LONDON, April 10 (Reuters) – The high concentration in crypto trading on a handful of exchanges, with Binance alone accounting for about half the market, raises concerns about the impact of a failure on the sector, the EU’s securities watchdog said on Wednesday.
The bloc is rolling out the world’s first comprehensive set of rules to regulate trading in cryptoassets such as bitcoin , Ether and Tether, requiring exchanges to be authorised.
The European Securities and Markets Authority’s detailed analysi opens new tab of what’s being traded and by whom found that so far the euro currency plays only a minor role.
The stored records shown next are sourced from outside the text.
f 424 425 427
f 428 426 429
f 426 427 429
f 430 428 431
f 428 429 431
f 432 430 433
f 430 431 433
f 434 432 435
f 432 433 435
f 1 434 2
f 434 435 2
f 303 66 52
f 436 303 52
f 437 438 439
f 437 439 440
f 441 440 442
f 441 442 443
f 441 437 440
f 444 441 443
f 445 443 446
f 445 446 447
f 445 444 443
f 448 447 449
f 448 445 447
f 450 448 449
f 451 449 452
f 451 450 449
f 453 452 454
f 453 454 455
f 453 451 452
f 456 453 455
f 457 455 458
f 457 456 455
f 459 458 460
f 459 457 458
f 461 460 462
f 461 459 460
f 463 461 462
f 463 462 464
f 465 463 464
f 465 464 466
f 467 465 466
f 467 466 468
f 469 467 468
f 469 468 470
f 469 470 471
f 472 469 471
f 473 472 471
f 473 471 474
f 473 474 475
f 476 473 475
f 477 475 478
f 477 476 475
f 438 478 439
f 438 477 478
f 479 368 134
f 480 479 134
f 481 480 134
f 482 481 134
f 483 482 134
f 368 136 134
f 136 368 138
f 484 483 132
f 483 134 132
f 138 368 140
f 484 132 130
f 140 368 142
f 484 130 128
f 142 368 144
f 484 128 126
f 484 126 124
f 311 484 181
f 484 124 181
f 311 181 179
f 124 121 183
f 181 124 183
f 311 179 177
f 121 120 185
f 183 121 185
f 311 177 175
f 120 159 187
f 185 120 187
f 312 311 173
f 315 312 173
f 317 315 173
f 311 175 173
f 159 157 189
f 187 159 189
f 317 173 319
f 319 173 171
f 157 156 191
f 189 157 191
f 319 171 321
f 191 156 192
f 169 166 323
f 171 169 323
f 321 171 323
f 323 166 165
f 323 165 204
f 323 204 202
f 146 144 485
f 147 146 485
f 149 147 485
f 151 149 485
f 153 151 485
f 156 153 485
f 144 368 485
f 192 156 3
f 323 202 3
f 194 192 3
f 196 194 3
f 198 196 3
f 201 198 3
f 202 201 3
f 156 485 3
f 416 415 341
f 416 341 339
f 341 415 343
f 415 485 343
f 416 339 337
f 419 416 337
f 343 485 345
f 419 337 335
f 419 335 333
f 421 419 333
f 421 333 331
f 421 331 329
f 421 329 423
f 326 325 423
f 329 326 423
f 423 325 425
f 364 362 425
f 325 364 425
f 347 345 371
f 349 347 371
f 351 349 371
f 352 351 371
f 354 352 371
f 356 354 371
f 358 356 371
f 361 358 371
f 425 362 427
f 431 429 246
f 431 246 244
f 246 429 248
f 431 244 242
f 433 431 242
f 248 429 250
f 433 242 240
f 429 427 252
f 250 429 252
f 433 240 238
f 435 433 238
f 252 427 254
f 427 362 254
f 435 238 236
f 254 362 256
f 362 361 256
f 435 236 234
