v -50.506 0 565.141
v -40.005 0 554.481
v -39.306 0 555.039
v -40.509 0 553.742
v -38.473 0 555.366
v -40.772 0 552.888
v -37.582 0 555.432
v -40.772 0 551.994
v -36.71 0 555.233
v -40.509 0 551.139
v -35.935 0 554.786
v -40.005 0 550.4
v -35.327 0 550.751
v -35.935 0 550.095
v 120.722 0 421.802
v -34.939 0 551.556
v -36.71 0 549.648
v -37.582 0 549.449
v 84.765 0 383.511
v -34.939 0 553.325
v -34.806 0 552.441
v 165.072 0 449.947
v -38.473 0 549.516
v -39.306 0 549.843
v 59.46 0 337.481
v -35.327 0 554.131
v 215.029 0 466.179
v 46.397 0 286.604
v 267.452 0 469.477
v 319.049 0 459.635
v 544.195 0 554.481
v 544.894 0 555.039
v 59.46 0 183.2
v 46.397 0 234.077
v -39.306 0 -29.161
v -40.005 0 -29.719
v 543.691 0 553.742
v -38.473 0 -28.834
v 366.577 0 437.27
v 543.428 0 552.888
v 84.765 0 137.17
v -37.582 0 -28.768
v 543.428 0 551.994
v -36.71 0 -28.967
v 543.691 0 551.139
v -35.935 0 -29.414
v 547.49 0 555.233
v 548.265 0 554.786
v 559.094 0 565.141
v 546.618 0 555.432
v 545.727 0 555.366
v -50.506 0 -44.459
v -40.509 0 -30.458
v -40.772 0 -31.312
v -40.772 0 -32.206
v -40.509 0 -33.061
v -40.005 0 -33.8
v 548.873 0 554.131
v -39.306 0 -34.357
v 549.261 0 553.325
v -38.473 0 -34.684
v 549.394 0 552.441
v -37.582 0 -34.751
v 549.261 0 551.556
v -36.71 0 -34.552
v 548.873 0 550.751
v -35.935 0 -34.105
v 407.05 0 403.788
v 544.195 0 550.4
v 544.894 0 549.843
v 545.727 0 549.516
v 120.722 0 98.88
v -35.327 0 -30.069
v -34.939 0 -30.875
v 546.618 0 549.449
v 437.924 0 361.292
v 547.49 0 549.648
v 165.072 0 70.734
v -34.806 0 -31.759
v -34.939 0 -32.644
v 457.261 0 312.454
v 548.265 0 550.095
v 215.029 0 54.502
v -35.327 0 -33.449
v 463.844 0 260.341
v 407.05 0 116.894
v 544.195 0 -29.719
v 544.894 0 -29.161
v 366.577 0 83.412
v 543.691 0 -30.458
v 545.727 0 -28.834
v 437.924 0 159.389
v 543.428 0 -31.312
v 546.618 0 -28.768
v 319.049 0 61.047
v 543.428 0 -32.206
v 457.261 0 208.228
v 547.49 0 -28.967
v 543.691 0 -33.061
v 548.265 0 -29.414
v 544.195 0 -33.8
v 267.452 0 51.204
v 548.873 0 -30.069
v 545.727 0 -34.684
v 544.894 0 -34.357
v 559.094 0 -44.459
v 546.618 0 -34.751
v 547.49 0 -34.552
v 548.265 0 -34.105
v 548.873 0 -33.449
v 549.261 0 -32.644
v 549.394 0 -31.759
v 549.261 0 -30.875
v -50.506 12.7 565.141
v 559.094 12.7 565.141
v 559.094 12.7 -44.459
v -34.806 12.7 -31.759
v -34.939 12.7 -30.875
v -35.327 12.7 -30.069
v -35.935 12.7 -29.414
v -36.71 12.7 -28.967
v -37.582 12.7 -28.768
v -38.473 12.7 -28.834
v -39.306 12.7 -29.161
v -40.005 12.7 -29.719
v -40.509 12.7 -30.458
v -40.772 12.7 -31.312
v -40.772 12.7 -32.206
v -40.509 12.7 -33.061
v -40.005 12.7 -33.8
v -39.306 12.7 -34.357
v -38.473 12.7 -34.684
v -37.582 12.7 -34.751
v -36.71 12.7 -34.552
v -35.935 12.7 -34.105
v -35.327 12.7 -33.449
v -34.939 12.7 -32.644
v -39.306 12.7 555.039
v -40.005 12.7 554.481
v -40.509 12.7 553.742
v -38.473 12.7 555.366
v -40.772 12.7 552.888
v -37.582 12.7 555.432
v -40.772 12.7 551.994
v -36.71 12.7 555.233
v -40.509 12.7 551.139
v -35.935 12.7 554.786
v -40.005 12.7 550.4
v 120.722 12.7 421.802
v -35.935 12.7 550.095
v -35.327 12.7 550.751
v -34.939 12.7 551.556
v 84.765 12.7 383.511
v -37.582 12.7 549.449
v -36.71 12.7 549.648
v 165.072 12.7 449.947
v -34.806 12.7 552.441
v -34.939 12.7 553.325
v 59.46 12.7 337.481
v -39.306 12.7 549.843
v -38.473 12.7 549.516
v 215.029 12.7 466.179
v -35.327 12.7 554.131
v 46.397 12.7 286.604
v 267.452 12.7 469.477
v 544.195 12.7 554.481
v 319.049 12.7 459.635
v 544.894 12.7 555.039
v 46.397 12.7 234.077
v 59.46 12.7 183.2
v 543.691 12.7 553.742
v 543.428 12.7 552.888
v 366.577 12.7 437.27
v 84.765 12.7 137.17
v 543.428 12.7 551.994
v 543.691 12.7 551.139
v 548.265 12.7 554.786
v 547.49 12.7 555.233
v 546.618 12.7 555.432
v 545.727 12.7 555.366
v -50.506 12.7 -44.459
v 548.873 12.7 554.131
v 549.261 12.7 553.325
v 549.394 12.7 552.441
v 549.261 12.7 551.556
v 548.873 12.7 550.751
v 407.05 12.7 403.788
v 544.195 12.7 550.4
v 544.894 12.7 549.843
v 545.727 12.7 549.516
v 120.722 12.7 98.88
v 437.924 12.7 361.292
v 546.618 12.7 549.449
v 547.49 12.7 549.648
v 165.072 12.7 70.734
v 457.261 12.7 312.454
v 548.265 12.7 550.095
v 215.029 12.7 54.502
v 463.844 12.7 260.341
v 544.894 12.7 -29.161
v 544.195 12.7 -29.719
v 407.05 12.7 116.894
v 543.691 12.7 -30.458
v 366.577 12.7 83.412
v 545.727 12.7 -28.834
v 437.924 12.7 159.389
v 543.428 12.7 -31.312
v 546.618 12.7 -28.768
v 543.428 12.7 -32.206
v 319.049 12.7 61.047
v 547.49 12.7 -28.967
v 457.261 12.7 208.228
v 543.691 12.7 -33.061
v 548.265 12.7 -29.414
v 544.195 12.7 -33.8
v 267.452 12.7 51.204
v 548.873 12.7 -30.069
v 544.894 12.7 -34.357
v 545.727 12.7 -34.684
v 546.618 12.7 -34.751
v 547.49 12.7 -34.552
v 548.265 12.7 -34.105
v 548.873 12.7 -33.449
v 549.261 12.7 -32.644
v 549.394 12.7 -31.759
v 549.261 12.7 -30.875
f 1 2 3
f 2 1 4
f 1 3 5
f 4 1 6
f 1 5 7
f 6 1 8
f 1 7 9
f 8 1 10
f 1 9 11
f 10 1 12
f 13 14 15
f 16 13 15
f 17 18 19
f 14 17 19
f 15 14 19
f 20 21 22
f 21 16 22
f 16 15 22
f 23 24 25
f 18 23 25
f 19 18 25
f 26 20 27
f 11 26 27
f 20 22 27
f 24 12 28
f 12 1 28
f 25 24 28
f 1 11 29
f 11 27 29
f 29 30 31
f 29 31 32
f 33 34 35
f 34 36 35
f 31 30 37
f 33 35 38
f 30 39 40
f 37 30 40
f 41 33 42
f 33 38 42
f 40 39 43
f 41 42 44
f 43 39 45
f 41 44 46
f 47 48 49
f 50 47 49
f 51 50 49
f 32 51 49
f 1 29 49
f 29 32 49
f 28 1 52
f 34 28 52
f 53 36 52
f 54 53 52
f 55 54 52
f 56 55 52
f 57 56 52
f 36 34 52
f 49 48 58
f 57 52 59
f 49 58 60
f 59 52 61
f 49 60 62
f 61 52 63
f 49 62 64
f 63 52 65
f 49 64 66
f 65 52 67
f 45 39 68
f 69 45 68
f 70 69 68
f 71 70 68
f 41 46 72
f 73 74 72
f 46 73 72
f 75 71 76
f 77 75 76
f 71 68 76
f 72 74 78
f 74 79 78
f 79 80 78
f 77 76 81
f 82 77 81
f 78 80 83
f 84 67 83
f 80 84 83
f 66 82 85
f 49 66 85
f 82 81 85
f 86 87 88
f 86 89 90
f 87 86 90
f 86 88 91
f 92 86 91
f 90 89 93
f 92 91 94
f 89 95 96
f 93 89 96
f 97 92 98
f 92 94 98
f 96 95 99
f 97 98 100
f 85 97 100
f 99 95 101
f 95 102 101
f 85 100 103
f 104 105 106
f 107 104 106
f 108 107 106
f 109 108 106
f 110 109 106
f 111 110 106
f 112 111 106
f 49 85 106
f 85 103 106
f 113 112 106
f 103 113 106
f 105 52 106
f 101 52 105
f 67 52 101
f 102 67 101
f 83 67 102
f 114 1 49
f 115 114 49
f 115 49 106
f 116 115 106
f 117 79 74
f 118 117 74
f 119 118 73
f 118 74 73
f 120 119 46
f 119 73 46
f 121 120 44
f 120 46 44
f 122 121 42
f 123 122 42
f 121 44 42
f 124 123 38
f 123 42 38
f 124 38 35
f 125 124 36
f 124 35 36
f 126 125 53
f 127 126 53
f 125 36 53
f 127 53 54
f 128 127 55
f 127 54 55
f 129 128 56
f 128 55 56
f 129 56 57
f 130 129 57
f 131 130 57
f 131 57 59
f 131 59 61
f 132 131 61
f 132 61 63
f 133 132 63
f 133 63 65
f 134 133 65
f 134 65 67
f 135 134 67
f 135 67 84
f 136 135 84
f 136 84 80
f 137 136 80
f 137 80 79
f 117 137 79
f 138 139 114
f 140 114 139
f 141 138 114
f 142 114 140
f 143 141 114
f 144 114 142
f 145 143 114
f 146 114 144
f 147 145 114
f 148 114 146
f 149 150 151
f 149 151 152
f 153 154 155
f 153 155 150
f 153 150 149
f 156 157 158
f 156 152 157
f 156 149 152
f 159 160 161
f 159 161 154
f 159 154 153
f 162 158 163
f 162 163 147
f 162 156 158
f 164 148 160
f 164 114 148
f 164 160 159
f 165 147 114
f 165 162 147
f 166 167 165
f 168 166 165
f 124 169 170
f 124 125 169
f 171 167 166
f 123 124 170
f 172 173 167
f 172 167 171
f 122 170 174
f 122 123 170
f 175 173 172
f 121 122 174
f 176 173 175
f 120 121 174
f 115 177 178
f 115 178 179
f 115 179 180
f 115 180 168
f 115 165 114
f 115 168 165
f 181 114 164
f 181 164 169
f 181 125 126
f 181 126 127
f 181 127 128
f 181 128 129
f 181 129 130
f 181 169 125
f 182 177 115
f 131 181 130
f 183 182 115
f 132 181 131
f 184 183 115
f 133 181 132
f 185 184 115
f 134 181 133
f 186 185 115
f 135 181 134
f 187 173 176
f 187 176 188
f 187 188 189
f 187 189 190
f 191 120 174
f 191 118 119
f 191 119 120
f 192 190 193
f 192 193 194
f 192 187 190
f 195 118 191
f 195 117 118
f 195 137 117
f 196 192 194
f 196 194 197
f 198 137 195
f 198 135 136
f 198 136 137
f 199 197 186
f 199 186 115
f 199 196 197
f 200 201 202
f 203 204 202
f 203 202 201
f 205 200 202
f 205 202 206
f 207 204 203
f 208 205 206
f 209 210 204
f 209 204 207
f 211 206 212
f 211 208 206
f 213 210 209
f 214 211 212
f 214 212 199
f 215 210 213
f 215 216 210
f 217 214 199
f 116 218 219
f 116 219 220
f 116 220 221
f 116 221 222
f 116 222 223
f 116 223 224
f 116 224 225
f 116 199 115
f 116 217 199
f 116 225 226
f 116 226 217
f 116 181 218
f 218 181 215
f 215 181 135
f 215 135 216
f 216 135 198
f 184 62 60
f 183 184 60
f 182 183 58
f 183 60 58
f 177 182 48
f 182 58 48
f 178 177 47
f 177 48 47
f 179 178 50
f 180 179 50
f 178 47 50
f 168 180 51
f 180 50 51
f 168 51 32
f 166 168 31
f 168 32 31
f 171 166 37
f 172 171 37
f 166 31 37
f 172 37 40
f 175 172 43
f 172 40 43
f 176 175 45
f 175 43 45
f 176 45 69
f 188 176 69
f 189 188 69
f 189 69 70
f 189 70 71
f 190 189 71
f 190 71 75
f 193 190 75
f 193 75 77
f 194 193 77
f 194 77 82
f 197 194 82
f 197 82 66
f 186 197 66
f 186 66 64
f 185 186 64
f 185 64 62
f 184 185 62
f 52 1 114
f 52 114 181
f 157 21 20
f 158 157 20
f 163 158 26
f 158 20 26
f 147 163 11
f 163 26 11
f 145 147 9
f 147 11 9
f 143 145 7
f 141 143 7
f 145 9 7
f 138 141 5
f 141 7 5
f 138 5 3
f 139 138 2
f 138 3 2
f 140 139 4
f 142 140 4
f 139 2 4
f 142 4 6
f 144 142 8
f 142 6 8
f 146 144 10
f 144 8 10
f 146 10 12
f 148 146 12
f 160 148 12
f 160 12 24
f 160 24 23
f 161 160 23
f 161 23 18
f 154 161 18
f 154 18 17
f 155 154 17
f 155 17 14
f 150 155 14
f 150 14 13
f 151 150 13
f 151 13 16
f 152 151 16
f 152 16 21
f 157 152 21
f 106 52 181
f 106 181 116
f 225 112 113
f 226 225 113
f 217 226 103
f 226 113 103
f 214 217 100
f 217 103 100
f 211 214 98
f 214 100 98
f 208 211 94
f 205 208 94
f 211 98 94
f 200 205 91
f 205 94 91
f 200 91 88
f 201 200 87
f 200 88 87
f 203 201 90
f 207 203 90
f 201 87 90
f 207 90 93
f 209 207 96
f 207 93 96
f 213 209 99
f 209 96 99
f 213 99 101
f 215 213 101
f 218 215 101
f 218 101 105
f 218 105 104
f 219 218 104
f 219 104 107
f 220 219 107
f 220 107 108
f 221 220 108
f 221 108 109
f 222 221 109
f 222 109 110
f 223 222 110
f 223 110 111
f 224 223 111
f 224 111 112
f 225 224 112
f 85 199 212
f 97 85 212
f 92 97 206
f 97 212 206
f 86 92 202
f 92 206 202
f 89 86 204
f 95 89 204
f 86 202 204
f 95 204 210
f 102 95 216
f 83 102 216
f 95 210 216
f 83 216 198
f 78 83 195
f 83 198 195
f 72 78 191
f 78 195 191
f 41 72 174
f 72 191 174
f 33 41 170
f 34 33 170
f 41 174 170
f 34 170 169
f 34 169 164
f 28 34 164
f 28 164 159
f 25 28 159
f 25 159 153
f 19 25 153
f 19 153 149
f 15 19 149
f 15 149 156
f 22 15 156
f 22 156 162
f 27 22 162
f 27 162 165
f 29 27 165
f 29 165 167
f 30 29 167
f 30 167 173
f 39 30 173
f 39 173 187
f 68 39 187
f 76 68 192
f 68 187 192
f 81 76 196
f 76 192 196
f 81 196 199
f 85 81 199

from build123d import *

# Parameters (mm, degrees)
SKETCH1_W           = 609.6
SKETCH1_H           = 609.6
BOSS_EXTRUDE1_DEPTH = 12.7
SKETCH2_R           = 209.55
CUT_EXTRUDE1_DEPTH  = 13.7
SKETCH3_R           = 3
CUT_EXTRUDE2_DEPTH  = 13.7


with BuildPart() as part:
    # Sketch1 → Boss-Extrude1 (new body)
    with BuildSketch(Plane(origin=(0, 0, 0), x_dir=(1, 0, 0), z_dir=(0, 1, 0))):
        with Locations((254.294265396, -260.340726581)):
            Rectangle(SKETCH1_W, SKETCH1_H)
    extrude(amount=BOSS_EXTRUDE1_DEPTH)

    # Sketch2 → Cut-Extrude1 (cut, through all)
    with BuildSketch(Plane(origin=(0, 12.7, 0), x_dir=(1, 0, 0), z_dir=(0, 1, 0))):
        with Locations((254.294265396, -260.340726581)):
            Circle(SKETCH2_R)
    extrude(amount=-CUT_EXTRUDE1_DEPTH, mode=Mode.SUBTRACT)

    # Sketch3 → Cut-Extrude2 (cut, through all)
    with BuildSketch(Plane.XZ):
        with Locations((-37.805734604, 552.440726581)):
            Circle(SKETCH3_R)
        with Locations((546.394265396, 552.440726581)):
            Circle(SKETCH3_R)
        with Locations((546.394265396, -31.759273419)):
            Circle(SKETCH3_R)
        with Locations((-37.805734604, -31.759273419)):
            Circle(SKETCH3_R)
    extrude(amount=-CUT_EXTRUDE2_DEPTH, mode=Mode.SUBTRACT)


solid = part.part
Trading volumes are highly concentrated, with ten exchanges processing about 90% of trades, and the largest, Binance, accounting for about half the market.
“While this might be advantageous from an efficiency standpoint due to economies of scale, it raises considerable concerns regarding the implications of a failure or malfunction at a major asset or exchange for the wider crypto ecosystem,” ESMA said.
“We observe that the market concentration among exchanges has increased over time, and that Binance alone accounts for more than 50% of trading volume.”
Binance had no immediate comment.
Bitcoin hit an all-time high of $73,803.25 in March, but the total value of all cryptocurrencies – $2.7 trillion, according to CoinGecko – still represents a tiny fraction of the global financial system.
ESMA said identifying the origin of order flow or the geographic location of crypto exchanges remains problematic, with about 55% of current global trading volumes executed on exchanges that hold an EU licence.
Most transactions occur outside the bloc at exchanges domiciled in tax havens, ESMA said.
“Contrary to the frequent claim that crypto assets could represent a safe haven in times of wider market stress, we find a certain co-movement with equities and no stable relationship with gold,” ESMA said.
ESMA holds a webinar on April 25 to discuss its findings.